5) As for the power of acquaintance, the key is to first train uninterruptedly in the awakening mind.
Then, as you approach the moment of death, lie down on your right and, placing your right hand on your cheek, block the right nostril with your little finger, and breathe through the left nostril. This is transference in terms of your conduct.
Then, preceded by loving-kindness, train in the dual practice of giving and taking on the basis of your in- and out-breaths. While in this state, engage in the practice of ultimate awakening mind thus, contemplating, “Everything that shares the nature of samsara and nirvana has its root in the deluded mind. As for the mind, it never deviates from its primordial nature of dharmakāya.” Reflect how, in reality, even what is called death has no existence. Combine these two contemplations, engage in their practice, and die while in that mindstate.

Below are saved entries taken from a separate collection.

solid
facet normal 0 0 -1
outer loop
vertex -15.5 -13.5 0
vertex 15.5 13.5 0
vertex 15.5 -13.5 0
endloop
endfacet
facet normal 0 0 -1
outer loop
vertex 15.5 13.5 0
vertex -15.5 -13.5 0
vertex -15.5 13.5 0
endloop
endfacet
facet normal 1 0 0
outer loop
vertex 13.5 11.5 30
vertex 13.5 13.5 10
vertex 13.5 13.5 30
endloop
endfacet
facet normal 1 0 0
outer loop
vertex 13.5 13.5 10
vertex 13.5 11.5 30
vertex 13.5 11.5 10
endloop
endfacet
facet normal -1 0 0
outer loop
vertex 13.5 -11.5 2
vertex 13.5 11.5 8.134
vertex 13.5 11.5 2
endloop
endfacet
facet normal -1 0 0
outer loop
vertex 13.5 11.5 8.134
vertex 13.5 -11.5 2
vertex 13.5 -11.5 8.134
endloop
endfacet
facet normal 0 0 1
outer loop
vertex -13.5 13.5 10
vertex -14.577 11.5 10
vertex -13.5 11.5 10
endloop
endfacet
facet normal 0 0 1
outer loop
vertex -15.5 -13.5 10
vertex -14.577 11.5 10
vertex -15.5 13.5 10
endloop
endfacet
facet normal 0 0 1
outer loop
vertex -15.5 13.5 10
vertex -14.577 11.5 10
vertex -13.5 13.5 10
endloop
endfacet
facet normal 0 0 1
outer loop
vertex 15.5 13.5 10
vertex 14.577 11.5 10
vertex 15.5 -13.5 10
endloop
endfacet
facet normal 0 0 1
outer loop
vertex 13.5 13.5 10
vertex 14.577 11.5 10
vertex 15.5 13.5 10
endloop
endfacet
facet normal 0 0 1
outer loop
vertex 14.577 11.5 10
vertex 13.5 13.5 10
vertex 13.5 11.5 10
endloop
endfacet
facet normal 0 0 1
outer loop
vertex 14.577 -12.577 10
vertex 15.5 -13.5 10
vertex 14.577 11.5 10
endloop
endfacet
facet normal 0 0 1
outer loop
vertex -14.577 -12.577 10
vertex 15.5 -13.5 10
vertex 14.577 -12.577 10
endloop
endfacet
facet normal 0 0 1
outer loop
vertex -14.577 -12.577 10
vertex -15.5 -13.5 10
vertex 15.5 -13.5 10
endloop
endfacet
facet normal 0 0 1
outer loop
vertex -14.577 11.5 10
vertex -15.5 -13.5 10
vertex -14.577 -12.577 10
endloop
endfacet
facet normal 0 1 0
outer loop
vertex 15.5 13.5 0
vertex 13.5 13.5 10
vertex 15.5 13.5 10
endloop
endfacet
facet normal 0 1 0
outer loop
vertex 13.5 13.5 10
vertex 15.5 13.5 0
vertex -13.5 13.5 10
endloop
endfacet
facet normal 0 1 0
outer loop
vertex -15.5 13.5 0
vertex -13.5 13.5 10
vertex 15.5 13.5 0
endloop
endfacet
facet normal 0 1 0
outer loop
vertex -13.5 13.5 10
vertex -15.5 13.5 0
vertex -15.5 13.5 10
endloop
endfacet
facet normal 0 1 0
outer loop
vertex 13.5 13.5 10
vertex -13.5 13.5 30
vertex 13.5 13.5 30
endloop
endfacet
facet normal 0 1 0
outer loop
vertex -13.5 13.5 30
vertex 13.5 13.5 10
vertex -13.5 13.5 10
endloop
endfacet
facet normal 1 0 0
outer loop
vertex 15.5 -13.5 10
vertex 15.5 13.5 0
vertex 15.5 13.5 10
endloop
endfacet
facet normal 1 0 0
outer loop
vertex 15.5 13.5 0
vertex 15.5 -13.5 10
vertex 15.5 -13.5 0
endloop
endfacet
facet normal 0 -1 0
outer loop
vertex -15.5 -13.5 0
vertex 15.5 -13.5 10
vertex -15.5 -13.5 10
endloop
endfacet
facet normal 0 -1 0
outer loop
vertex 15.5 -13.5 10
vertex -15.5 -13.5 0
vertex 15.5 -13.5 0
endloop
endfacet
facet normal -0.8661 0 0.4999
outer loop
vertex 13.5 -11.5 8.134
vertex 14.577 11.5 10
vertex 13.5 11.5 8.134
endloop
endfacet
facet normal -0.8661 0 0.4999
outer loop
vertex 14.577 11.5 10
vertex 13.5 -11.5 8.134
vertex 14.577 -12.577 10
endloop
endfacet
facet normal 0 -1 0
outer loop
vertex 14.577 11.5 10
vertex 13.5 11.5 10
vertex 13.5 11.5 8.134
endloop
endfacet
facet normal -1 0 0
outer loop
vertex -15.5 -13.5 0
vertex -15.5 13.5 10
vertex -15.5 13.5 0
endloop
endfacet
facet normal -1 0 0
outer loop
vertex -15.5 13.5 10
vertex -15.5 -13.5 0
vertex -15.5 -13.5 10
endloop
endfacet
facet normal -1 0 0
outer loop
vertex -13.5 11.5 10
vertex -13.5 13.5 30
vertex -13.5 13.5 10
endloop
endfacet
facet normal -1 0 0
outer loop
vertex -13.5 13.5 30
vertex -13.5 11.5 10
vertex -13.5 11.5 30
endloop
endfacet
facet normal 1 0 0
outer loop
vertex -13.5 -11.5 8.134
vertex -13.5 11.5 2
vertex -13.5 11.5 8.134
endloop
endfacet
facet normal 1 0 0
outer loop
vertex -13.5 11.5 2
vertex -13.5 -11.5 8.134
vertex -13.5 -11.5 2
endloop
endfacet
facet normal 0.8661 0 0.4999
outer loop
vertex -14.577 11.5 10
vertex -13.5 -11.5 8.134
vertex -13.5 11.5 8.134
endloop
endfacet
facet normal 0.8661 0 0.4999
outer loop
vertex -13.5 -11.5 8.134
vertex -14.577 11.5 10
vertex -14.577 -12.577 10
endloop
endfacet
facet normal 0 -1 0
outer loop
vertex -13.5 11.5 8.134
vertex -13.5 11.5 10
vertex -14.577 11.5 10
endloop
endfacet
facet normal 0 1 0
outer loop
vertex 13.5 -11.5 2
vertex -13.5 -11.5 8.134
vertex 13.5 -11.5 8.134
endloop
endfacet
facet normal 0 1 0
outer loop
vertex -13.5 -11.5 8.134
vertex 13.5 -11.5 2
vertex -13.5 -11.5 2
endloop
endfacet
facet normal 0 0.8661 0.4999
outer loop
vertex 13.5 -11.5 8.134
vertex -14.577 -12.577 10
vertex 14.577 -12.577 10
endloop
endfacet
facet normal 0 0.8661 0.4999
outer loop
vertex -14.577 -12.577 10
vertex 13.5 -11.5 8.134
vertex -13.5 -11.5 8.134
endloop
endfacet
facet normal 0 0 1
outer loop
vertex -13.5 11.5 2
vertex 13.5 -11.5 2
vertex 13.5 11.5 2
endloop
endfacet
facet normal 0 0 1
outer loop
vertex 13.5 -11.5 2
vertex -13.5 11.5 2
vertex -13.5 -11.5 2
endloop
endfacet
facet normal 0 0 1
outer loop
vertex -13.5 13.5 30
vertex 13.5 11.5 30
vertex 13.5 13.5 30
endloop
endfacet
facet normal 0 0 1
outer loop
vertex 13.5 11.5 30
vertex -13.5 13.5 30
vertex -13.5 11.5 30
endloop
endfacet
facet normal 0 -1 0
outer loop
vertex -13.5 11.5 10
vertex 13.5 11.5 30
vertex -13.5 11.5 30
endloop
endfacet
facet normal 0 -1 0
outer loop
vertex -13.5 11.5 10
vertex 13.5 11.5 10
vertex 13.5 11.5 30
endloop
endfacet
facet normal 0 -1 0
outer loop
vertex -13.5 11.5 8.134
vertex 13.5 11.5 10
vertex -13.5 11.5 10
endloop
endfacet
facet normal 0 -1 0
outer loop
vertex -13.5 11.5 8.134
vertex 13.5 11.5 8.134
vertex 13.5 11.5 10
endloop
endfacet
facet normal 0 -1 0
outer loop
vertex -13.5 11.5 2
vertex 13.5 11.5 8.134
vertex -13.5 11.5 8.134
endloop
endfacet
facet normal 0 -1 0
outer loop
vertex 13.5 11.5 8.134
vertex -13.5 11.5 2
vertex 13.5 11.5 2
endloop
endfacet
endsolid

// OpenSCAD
// fase
module fase(length=1, rotation=60) {
    rotate(rotation, [0,1,0]) {
        cube([4,length,1], true);
    }
}

module box_holder() {
    // bottom
    linear_extrude(2) {
        square([27.5, 23.5], true);
    }

    // right  wall
    difference() {
        linear_extrude(10) {
            translate([14.5,0,0]) {
                    square([2, 27], true);
            }
        }
        translate([14, -1.5, 10]) {
            fase(26, -60);
        }
    }


    // left wall
    difference() {
        linear_extrude(10) {
            translate([-14.5,0,0]) {
                square([2, 27], true);
            }
        }
        translate([-14, -1.5, 10]) {
            fase(26, 60);
        }
    }

    // front wall
    difference() {
        linear_extrude(10){
            translate([0,-12.5,0]) {
                square([30, 2], true);
            }
        }
        translate([0, -12, 10]) {
            rotate(90, [0,0,1]) {
                fase(30);
            }
        }
    }

    // back wall
    linear_extrude(30) {
        translate([0,12.5,0]) {
            square([27, 2], true);
        }
    }
}

module card_holder() {
    translate([0.5,2,2]) {
    import("libs/stl/SD_Holder.stl");
    }
}

box_holder();
// card_holder();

If you are unable to do this, then arouse the true nature of samsara and nirvana that is free of rejection and affirmation within the expanse of the ever-present innate dharmakāya, which is the uncontrived mind itself. Release your mind restfully in the ultimate expanse and place it upon the mind’s ultimate nature, which is devoid of transference.78 Then, even if you are unable to die [in tune with the meditative state] because of temporarily losing your mindfulness, you will still die with the instruction appropriate for the moment of death. Although numerous celebrated moment-of-death instructions exist, the master said nothing is more amazing than this [instruction presented here].
With these, the complete aspects of the path have been presented without omission.
V. Presentation of the measure of having trained the mind
The fifth point, the measure of having trained the mind, is presented by the following:
The intent of all teachings converges on a single point.
The scriptures and the treatises were taught for the purpose of overcoming self-grasping; thus there is no target for the trio of study, reflection, and meditation to destroy other than this. When examined, the selfhood of persons is as nonexistent as the horns of a rabbit; nevertheless it has made us suffer since beginningless time. Observe and analyze whether all your endeavors of body, speech, and mind are directed toward reinforcing your self-grasping or bringing its downfall. If they are reinforcing it, you are striving solely out of the eight mundane concerns and for the pursuit of greatness in this life. If this is the case, then even if you are observing ethical discipline with dedication, you have erred with regard to your paternal spiritual lineage. Even if you are training the mind through study, reflection, and meditation, your practice has gone awry.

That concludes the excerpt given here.